A Hefty Slice of Pork for the Metro

These days, it seems as if pork spending goes just about everywhere. Mariachi music in Nevada middle schools, a bridge to nowhere in Alaska, and thousands of other pet projects continue to fatten the federal budget deficit as Members of Congress look appeal to every special interest in their constituencies.  The latest project to be added to the list is the D.C. Metro, which looks to capture $1.5 billion in federal dollars if Rep. Tom Davis (R-VA) has his way. A Heritage Foundation commentary points out that Davis recently proposed an amendment to the Deep Water Energy Resources Act that would divert $1.5 billion of federal revenues earned through offshore drilling to subsidize the ailing Metro. If approved, this would be the largest earmark in history, dwarfing the "Bridge to Nowhere" and other mammoth pork projects. Even more troubling, though, is the fact that the amendment would require communities within the Metro’s service area to match the $1.5 billion subsidy by raising taxes.

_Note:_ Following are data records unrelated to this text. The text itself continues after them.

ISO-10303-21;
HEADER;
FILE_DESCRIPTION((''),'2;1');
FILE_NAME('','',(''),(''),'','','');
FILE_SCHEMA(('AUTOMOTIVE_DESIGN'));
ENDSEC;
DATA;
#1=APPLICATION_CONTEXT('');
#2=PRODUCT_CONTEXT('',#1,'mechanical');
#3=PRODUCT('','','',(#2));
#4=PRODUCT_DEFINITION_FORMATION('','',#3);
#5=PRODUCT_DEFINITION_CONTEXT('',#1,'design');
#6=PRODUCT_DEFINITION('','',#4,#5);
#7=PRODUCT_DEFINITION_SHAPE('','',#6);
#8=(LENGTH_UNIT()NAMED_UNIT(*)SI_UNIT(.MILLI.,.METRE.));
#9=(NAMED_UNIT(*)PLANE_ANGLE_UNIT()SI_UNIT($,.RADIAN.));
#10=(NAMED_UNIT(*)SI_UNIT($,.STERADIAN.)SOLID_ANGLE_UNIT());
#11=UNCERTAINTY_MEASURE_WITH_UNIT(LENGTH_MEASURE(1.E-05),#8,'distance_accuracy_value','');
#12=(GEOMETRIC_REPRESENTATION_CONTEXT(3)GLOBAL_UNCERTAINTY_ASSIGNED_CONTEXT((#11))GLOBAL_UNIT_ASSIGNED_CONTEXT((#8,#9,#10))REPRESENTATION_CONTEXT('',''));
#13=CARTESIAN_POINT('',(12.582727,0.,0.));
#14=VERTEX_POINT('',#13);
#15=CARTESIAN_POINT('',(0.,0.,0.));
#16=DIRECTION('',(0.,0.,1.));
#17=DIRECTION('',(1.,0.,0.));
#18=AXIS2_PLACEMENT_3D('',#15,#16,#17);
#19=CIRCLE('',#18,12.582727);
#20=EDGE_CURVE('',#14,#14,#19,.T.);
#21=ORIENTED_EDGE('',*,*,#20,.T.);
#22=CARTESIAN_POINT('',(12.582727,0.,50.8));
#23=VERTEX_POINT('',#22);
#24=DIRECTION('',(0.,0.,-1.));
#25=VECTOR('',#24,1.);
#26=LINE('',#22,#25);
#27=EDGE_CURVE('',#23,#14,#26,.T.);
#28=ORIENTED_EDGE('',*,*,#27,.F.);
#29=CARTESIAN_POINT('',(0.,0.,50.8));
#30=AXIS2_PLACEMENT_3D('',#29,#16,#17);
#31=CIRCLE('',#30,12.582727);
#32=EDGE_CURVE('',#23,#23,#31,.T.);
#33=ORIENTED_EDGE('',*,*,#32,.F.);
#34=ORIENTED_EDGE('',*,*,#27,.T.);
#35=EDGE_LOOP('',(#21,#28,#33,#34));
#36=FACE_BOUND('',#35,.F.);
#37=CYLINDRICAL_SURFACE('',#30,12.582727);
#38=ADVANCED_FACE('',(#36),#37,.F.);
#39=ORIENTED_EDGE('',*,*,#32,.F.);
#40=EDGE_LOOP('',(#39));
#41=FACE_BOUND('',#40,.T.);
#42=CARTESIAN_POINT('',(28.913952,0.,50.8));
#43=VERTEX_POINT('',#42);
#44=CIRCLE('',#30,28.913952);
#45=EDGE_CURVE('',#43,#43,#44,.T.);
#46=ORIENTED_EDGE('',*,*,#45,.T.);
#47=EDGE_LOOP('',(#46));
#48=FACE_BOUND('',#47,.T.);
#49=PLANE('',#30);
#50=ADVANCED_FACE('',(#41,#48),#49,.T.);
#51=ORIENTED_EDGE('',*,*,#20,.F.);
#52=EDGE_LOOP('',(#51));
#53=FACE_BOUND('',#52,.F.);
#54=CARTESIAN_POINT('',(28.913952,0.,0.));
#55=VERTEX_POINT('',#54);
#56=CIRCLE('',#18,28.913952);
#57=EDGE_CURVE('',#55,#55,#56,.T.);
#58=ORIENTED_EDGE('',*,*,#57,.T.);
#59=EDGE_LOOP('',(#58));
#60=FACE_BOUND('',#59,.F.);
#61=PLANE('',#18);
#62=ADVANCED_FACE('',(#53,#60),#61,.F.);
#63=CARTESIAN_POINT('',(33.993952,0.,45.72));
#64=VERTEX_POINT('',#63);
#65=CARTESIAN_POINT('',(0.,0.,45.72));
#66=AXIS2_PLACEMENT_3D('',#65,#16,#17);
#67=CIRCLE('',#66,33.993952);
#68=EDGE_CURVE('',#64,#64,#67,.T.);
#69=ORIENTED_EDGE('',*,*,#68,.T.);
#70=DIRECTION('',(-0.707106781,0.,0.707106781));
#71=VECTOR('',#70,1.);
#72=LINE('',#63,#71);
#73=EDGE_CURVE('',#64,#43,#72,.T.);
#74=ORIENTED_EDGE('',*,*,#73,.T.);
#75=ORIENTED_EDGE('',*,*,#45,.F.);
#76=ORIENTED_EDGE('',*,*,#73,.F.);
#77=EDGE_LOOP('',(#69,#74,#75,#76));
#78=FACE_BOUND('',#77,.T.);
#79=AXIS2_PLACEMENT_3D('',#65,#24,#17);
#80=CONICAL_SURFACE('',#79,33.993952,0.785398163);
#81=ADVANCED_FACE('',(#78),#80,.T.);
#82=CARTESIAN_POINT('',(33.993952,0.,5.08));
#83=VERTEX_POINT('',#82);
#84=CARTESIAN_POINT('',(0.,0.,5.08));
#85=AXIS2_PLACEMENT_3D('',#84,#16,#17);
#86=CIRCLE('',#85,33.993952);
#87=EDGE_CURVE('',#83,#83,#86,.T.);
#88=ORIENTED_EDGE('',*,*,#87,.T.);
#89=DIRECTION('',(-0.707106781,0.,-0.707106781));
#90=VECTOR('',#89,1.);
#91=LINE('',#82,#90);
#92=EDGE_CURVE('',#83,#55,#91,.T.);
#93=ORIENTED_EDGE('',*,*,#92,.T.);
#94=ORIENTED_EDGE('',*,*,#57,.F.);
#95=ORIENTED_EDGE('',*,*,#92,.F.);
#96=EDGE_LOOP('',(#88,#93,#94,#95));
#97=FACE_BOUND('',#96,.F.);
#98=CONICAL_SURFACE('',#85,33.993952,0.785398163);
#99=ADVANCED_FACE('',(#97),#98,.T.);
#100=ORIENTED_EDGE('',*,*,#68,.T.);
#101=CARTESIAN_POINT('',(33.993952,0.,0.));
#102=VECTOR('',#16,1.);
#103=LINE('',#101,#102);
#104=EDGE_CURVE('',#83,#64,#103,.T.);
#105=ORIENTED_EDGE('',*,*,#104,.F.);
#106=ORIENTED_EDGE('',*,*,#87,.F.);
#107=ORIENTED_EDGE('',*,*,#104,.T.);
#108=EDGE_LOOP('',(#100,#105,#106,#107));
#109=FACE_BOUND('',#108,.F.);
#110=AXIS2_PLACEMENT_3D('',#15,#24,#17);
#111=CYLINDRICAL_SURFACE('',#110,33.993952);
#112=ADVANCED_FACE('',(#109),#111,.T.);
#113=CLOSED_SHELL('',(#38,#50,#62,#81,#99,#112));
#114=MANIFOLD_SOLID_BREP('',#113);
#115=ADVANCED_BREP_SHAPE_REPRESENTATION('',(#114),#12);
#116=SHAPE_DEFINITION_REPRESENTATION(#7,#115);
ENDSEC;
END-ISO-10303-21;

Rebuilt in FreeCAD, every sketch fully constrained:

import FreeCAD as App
import Part
import Sketcher
from FreeCAD import Vector
Q = App.Units.Quantity


def edges_at(feature, points):
    """Names of the edges that pass closest to the given points."""
    edges = feature.Shape.Edges
    near = lambda p: min(range(len(edges)), key=lambda i: edges[i].distToShape(Part.Vertex(*p))[0])
    return sorted({f"Edge{near(p) + 1}" for p in points})

doc = App.newDocument("Part")
body = doc.addObject("PartDesign::Body", "Body")

# Sketch on XY plane
sketch1 = body.newObject("Sketcher::SketchObject", "Sketch")
sketch1.AttachmentSupport = (doc.getObject("XY_Plane"), [""])
sketch1.MapMode = "FlatFace"
sketch1.addGeometry(Part.Circle(Vector(0, 0, 0), Vector(0, 0, 1), 34), False)
sketch1.addConstraint(Sketcher.Constraint("Coincident", 0, 3, -1, 1))
sketch1.addConstraint(Sketcher.Constraint("Diameter", 0, 67.987904))
pad1 = body.newObject("PartDesign::Pad", "Pad")
pad1.Profile = sketch1
pad1.Length = Q("2 in")
doc.recompute()

chamfer = body.newObject("PartDesign::Chamfer", "Chamfer")
chamfer.Base = (pad1, edges_at(pad1, [(-33.994, 0, 50.8), (-33.994, 0, 0)]))
chamfer.Size = Q("0.2 in")

# Sketch on XY plane
sketch2 = body.newObject("Sketcher::SketchObject", "Sketch001")
sketch2.AttachmentSupport = (doc.getObject("XY_Plane"), [""])
sketch2.MapMode = "FlatFace"
sketch2.AttachmentOffset = App.Placement(Vector(0, 0, 2 * 25.4), App.Rotation())
sketch2.addGeometry(Part.Circle(Vector(0, 0, 0), Vector(0, 0, 1), 13), False)
sketch2.addConstraint(Sketcher.Constraint("Coincident", 0, 3, -1, 1))
sketch2.addConstraint(Sketcher.Constraint("Diameter", 0, 25.165454))
pocket1 = body.newObject("PartDesign::Pocket", "Pocket")
pocket1.Profile = sketch2
pocket1.Length = Q("3 in")

doc.recompute()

If the federal government wants to help the Metro, simply pushing more taxpayer money at it won’t do the trick. Instead, the government should pressure the Metro to reduce its operating costs and eliminate the inefficiencies that plague the system. Also, the Metro should seriously consider undertaking a program of competitive contracting, which has successfully lowered costs and improved service in London’s Tube system and in several U.S. cities.